Sun Jun 1 09:18:53 2014 ingesting # 1 : Nine_Lives/02-Falling_In_Love.mp3 ...
Sun Jun 1 09:18:55 2014 ingesting # 2 : Nine_Lives/03-Hole_In_My_Soul.mp3 ...
Sun Jun 1 09:18:58 2014 ingesting # 3 : Nine_Lives/04-Taste_Of_India.mp3 ...
Sun Jun 1 09:19:01 2014 ingesting # 4 : Nine_Lives/05-Full_Circle.mp3 ...
Sun Jun 1 09:19:04 2014 ingesting # 5 : Nine_Lives/06-Something_s_Gotta_Give.mp3 ...
Sun Jun 1 09:19:06 2014 ingesting # 6 : Nine_Lives/07-Ain_t_That_A_Bitch.mp3 ...
Sun Jun 1 09:19:09 2014 ingesting # 7 : Nine_Lives/08-The_Farm.mp3 ...
Sun Jun 1 09:19:11 2014 ingesting # 8 : Nine_Lives/09-Crash.mp3 ...
Added 65044 hashes (25.5 hashes/sec) at 0.009 x RT
Saved fprints for 9 files ( 65044 hashes) to fpdbase.pklz
Add more reference tracks to an existing database:
> python audfprint.py add --dbase fpdbase.pklz Nine_Lives/1*.mp3
Read fprints for 9 files ( 65044 hashes) from fpdbase.pklz
Sun Jun 1 09:19:30 2014 ingesting # 0 : Nine_Lives/10-Kiss_Your_Past_Good-bye.mp3 ...
Sun Jun 1 09:19:32 2014 ingesting # 1 : Nine_Lives/11-Pink.mp3 ...
Sun Jun 1 09:19:35 2014 ingesting # 2 : Nine_Lives/12-Attitude_Adjustment.mp3 ...
Sun Jun 1 09:19:37 2014 ingesting # 3 : Nine_Lives/13-Fallen_Angels.mp3 ...
Added 28104 hashes (22.9 hashes/sec) at 0.009 x RT
Saved fprints for 13 files ( 93148 hashes) to fpdbase.pklz
Match a fragment recorded of music playing in the background against the database:
> python audfprint.py match --dbase fpdbase.pklz query.mp3
Read fprints for 13 files ( 93148 hashes) from fpdbase.pklz
Matched query.mp3 as Nine_Lives/05-Full_Circle.mp3 at 50.085 s with 14 of 17 hashes
The query contained audio from Nine_Lives/05-Full_Circle.mp3
starting at 50.085 sec into the track. There were a total of 17 landmark hashes shared between the query and that track, and 14 of them had a consistent time offset. Generally, anything more than 5 or 6 consistently-timed matching hashes indicate a true match, and random chance will result in fewer than 1% of the raw common hashes being temporally consistent.
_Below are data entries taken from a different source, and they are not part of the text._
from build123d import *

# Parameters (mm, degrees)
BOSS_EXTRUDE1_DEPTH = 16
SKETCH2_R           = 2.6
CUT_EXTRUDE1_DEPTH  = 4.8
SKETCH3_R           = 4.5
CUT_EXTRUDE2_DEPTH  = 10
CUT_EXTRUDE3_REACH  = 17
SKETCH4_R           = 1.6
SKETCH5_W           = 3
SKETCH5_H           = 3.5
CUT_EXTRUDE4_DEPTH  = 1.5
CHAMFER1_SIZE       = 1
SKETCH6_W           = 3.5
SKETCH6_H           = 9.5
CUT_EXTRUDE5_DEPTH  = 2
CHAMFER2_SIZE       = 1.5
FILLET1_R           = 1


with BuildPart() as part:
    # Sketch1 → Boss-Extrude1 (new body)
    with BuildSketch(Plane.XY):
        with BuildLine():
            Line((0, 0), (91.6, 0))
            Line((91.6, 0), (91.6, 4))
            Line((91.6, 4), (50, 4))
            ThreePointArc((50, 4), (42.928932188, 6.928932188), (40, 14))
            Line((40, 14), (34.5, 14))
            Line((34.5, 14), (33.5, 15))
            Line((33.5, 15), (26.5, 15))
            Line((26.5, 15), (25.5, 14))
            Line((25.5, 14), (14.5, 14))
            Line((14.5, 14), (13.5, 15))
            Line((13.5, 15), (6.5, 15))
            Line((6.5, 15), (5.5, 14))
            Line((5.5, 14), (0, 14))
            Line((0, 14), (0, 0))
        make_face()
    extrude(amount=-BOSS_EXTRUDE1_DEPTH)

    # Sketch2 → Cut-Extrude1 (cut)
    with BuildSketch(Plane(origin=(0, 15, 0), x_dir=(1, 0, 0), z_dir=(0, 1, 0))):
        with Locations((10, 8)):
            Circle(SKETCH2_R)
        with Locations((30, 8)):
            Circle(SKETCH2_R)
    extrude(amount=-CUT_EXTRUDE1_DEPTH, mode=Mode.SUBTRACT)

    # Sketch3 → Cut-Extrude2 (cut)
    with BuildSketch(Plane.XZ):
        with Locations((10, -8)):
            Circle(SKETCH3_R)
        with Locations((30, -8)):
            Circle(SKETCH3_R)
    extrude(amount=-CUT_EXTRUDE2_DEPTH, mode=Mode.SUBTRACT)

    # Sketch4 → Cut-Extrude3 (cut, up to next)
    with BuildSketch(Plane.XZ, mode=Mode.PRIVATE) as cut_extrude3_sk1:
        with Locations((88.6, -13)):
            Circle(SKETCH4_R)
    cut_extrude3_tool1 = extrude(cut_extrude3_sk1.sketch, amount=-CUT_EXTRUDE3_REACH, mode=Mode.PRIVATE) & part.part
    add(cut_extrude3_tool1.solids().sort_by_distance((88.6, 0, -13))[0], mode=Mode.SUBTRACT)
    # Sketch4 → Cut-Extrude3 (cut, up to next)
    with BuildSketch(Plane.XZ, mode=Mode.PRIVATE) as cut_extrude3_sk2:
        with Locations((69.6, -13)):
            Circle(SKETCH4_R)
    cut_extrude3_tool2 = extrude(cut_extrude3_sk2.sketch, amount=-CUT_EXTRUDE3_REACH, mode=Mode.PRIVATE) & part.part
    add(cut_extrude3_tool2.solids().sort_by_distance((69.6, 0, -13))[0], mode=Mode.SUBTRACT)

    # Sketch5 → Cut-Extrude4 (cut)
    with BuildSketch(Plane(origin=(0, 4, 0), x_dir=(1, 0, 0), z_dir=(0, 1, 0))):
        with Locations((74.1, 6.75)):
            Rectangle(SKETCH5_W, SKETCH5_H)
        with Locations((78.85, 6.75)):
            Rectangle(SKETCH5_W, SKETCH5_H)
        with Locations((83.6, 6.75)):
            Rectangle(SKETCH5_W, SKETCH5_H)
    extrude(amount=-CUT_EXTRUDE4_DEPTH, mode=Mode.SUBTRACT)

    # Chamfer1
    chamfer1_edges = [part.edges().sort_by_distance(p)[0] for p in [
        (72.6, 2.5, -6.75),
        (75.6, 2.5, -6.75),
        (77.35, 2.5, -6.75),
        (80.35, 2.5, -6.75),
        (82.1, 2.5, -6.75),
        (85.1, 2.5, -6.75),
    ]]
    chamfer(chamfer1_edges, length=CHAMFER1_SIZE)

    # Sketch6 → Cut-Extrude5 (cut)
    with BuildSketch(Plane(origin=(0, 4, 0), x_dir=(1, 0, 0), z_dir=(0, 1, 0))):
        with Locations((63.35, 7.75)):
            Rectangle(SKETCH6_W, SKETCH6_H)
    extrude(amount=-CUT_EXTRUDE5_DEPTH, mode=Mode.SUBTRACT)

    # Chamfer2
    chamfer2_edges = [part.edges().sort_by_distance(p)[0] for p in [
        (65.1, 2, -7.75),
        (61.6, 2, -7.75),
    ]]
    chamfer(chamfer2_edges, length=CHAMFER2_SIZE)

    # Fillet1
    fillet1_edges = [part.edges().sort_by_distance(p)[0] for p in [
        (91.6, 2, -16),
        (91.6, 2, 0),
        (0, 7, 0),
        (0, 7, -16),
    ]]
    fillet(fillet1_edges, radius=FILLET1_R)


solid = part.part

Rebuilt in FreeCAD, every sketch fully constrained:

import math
import FreeCAD as App
import Part
import Sketcher
Q = App.Units.Quantity


def edges_at(feature, points):
    """Names of the edges that pass closest to the given points."""
    edges = feature.Shape.Edges
    near = lambda p: min(range(len(edges)), key=lambda i: edges[i].distToShape(Part.Vertex(*p))[0])
    return sorted({f"Edge{near(p) + 1}" for p in points})

doc = App.newDocument("Part")
body = doc.addObject("PartDesign::Body", "Body")

sketch1 = doc.addObject("Sketcher::SketchObject", "Sketch")
body.addObject(sketch1)
sketch1.AttachmentSupport = (doc.XY_Plane, [""])
sketch1.MapMode = "FlatFace"
sketch1.addGeometry(Part.LineSegment(App.Vector(0, 0, 0), App.Vector(91.6, 0, 0)), False)
sketch1.addGeometry(Part.LineSegment(App.Vector(91.6, 0, 0), App.Vector(91.6, 4, 0)), False)
sketch1.addGeometry(Part.LineSegment(App.Vector(91.6, 4, 0), App.Vector(50, 4, 0)), False)
sketch1.addGeometry(Part.ArcOfCircle(Part.Circle(App.Vector(50, 14, 0), App.Vector(0, 0, 1), 10), math.radians(180), math.radians(270)), False)
sketch1.addGeometry(Part.LineSegment(App.Vector(40, 14, 0), App.Vector(34.5, 14, 0)), False)
sketch1.addGeometry(Part.LineSegment(App.Vector(34.5, 14, 0), App.Vector(33.5, 15, 0)), False)
sketch1.addGeometry(Part.LineSegment(App.Vector(33.5, 15, 0), App.Vector(26.5, 15, 0)), False)
sketch1.addGeometry(Part.LineSegment(App.Vector(26.5, 15, 0), App.Vector(25.5, 14, 0)), False)
sketch1.addGeometry(Part.LineSegment(App.Vector(25.5, 14, 0), App.Vector(14.5, 14, 0)), False)
sketch1.addGeometry(Part.LineSegment(App.Vector(14.5, 14, 0), App.Vector(13.5, 15, 0)), False)
sketch1.addGeometry(Part.LineSegment(App.Vector(13.5, 15, 0), App.Vector(6.5, 15, 0)), False)
sketch1.addGeometry(Part.LineSegment(App.Vector(6.5, 15, 0), App.Vector(5.5, 14, 0)), False)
The fingerprint database records 2^20 (~1M) distinct fingerprints, with (by default) 100 entries for each fingerprint bucket. When the bucket fills, track entries are dropped at random; since matching depends only on making a minimum number of matches, but no particular match, dropping some of the more popular ones does not prevent matching. The Matlab version has been successfully used for databases of 100k+ tracks. Reducing the hash density (--density
) leads to smaller reference database size, and the capacity to record more reference items before buckets begin to fill; a density of 7.0 works well.
Times (in units of 256 samples, i.e., 23 ms at the default 11kHz sampling rate) are stored in the bottom 14 bits of each database entry, meaning that times larger than 2^14*0.023 = 380 sec, or about 6 mins, are aliased. If you want to correctly identify time offsets in tracks longer than this, you need to use a larger --maxtime
. The trade-off is that the remaining bits in each 32 bit entry (i.e., 18 bits for the default 14 bit times) are used to store the track ID. Thus, by default, the database can only remember 2^18 = 262k tracks; using a larger --maxtime
will reduce this; similarly, you can increase the number of distinct tracks by reducing --maxtime
, which doesn't prevent matching tracks, but progressively reduces discrimination as the number of distinct time slots reduces (and makes the reported time offsets inaccurate for longer tracks).